Start of DATA SUPPLIED

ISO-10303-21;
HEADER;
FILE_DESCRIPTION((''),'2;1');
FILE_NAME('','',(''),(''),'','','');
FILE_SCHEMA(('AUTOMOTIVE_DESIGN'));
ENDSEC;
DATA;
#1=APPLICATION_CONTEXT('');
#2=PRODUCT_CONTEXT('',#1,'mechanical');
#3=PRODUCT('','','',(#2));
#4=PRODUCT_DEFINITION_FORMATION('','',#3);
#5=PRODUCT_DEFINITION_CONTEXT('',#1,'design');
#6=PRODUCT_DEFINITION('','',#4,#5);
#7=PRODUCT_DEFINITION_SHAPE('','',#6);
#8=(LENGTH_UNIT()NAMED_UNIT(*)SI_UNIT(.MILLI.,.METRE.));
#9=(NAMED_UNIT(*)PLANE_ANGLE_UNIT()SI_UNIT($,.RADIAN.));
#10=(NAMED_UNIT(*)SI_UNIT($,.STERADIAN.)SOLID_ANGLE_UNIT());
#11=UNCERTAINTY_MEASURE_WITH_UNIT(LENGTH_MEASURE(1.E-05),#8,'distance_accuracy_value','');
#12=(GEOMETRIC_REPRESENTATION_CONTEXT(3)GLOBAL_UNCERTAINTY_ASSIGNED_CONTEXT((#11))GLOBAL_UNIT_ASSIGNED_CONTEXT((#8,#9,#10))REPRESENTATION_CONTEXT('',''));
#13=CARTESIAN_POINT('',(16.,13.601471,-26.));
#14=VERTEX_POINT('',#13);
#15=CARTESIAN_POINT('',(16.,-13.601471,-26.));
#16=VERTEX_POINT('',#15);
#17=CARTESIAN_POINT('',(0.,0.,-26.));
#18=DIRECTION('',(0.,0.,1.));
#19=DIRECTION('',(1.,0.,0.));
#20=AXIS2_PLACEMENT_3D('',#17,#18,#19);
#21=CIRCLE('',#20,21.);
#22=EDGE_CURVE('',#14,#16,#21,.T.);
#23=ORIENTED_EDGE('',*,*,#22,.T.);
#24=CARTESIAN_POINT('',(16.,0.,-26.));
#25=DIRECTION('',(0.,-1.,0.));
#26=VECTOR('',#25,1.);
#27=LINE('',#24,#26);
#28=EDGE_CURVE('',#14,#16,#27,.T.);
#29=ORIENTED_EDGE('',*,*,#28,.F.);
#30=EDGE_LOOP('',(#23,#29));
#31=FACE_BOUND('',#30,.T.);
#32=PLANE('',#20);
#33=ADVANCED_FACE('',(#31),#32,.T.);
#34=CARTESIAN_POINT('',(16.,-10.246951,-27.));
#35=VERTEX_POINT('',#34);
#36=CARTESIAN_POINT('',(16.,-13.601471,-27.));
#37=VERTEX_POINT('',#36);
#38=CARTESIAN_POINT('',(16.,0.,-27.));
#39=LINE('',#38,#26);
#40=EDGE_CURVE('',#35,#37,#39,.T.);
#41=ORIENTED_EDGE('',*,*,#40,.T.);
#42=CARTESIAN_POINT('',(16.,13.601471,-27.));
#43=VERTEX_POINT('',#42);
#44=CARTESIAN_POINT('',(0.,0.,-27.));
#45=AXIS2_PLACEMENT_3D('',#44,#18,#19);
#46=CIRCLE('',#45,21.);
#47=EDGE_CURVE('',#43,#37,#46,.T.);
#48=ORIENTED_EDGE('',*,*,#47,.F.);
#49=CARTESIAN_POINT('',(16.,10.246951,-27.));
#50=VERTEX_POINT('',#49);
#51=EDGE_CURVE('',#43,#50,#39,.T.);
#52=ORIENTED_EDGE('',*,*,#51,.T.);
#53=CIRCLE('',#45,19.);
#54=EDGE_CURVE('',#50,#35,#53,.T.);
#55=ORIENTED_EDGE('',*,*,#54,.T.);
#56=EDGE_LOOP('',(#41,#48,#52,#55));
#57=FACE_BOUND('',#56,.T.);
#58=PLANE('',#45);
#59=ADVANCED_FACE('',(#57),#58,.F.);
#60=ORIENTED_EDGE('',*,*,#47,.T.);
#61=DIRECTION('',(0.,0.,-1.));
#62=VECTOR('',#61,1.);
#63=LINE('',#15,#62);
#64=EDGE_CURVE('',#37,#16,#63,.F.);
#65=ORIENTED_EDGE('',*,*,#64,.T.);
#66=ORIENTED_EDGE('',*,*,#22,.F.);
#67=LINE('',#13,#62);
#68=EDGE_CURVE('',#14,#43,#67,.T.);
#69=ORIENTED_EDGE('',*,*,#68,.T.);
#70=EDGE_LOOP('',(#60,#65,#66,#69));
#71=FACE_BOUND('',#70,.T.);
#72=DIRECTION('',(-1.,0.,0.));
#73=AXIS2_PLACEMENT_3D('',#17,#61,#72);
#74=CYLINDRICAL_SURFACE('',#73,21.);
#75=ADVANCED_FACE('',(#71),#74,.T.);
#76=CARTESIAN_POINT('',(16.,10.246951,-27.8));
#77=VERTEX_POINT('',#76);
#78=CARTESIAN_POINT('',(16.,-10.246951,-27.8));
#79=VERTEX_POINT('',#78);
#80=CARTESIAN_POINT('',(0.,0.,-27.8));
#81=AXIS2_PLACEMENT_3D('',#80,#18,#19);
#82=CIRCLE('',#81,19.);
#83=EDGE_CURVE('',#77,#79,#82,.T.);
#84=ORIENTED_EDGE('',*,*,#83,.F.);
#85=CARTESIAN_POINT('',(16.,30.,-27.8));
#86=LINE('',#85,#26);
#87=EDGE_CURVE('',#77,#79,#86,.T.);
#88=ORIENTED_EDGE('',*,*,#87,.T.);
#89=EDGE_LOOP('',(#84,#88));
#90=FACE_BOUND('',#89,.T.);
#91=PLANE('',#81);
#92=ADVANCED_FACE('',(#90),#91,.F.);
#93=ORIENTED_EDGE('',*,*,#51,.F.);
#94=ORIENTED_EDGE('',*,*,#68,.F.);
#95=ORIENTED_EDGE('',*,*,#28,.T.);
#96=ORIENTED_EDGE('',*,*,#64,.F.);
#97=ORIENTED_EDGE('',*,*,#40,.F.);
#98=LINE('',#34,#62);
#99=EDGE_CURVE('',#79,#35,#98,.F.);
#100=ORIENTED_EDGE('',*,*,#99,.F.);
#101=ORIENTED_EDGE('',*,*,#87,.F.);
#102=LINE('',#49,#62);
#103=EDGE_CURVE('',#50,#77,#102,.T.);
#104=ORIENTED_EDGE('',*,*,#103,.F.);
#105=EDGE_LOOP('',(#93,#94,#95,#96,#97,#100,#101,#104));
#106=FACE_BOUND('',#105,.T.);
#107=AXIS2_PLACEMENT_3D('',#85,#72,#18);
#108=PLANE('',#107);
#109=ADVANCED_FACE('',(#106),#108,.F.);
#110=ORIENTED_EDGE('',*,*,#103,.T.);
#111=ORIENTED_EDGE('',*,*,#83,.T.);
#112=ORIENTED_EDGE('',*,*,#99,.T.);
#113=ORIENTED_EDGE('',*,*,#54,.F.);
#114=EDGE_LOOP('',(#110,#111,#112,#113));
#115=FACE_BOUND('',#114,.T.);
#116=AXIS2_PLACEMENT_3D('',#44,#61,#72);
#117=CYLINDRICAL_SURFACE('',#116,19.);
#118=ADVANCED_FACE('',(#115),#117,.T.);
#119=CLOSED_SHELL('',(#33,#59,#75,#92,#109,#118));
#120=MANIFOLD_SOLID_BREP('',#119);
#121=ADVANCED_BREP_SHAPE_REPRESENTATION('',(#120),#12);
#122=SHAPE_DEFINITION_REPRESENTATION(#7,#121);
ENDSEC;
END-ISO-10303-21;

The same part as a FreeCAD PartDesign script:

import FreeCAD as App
import Part
import Sketcher

V = App.Vector


def add_polygon(sketch, points):
    """Adds a closed chain of lines whose ends are joined by coincident constraints."""
    first, n = sketch.GeometryCount, len(points)
    for a, b in zip(points, points[1:] + points[:1]):
        sketch.addGeometry(Part.LineSegment(App.Vector(*a, 0), App.Vector(*b, 0)), False)
    for i in range(n):
        sketch.addConstraint(Sketcher.Constraint("Coincident", first + i, 2, first + (i + 1) % n, 1))

doc = App.newDocument("Part")
body = doc.addObject("PartDesign::Body", "Body")

# Sketch on XY plane
sketch1 = body.newObject("Sketcher::SketchObject", "Sketch")
sketch1.AttachmentSupport = (doc.getObject("XY_Plane"), [""])
sketch1.MapMode = "FlatFace"
sketch1.AttachmentOffset = App.Placement(V(0, 0, -27), App.Rotation())
sketch1.addGeometry(Part.Circle(V(0, 0, 0), V(0, 0, 1), 21), False)
sketch1.addConstraint([
    Sketcher.Constraint("Coincident", 0, 3, -1, 1),
    Sketcher.Constraint("Diameter", 0, 42.0),
])
pad1 = body.newObject("PartDesign::Pad", "Pad")
pad1.Profile = sketch1
pad1.Length = 1

# Sketch on XY plane
sketch2 = body.newObject("Sketcher::SketchObject", "Sketch001")
sketch2.AttachmentSupport = (doc.getObject("XY_Plane"), [""])
sketch2.MapMode = "FlatFace"
sketch2.AttachmentOffset = App.Placement(V(0, 0, -27.8), App.Rotation())
sketch2.addGeometry(Part.Circle(V(0, 0, 0), V(0, 0, 1), 19), False)
sketch2.addConstraint([
    Sketcher.Constraint("Coincident", 0, 3, -1, 1),
    Sketcher.Constraint("Diameter", 0, 38.0),
])
pad2 = body.newObject("PartDesign::Pad", "Pad001")
pad2.Profile = sketch2
pad2.Length = 0.8

# Sketch on XY plane
sketch3 = body.newObject("Sketcher::SketchObject", "Sketch002")
sketch3.AttachmentSupport = (doc.getObject("XY_Plane"), [""])
sketch3.MapMode = "FlatFace"
add_polygon(sketch3, [(16, 30), (16, -30), (30, -30), (30, 30)])  # lines 0-3
sketch3.addConstraint([
    Sketcher.Constraint("Vertical", 0),
    Sketcher.Constraint("Horizontal", 1),
    Sketcher.Constraint("Vertical", 2),
    Sketcher.Constraint("Horizontal", 3),
    Sketcher.Constraint("DistanceX", 1, 1, 1, 2, 14.0),
    Sketcher.Constraint("DistanceY", 0, 2, 0, 1, 60.0),
    Sketcher.Constraint("DistanceX", -1, 1, 0, 2, 16.0),
    Sketcher.Constraint("DistanceY", 0, 2, -1, 1, 30.0),
])
pocket1 = body.newObject("PartDesign::Pocket", "Pocket")
pocket1.Profile = sketch3
pocket1.Type = "ThroughAll"
pocket1.Midplane = True

doc.recompute()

End of DATA SUPPLIED

WHAT THE TASK REQUIRES ->
Would you retype exactly the lines above, from the line with "#116=AXIS2_PLACEMENT_3D('',#44,#61,#72);" to the line with "#121=ADVANCED_BREP_SHAPE_REPRESENTATION('',(#120),#12);", with both end lines kept and nothing more?

RESPONSE BELOW ->
#116=AXIS2_PLACEMENT_3D('',#44,#61,#72);
#117=CYLINDRICAL_SURFACE('',#116,19.);
#118=ADVANCED_FACE('',(#115),#117,.T.);
#119=CLOSED_SHELL('',(#33,#59,#75,#92,#109,#118));
#120=MANIFOLD_SOLID_BREP('',#119);
#121=ADVANCED_BREP_SHAPE_REPRESENTATION('',(#120),#12);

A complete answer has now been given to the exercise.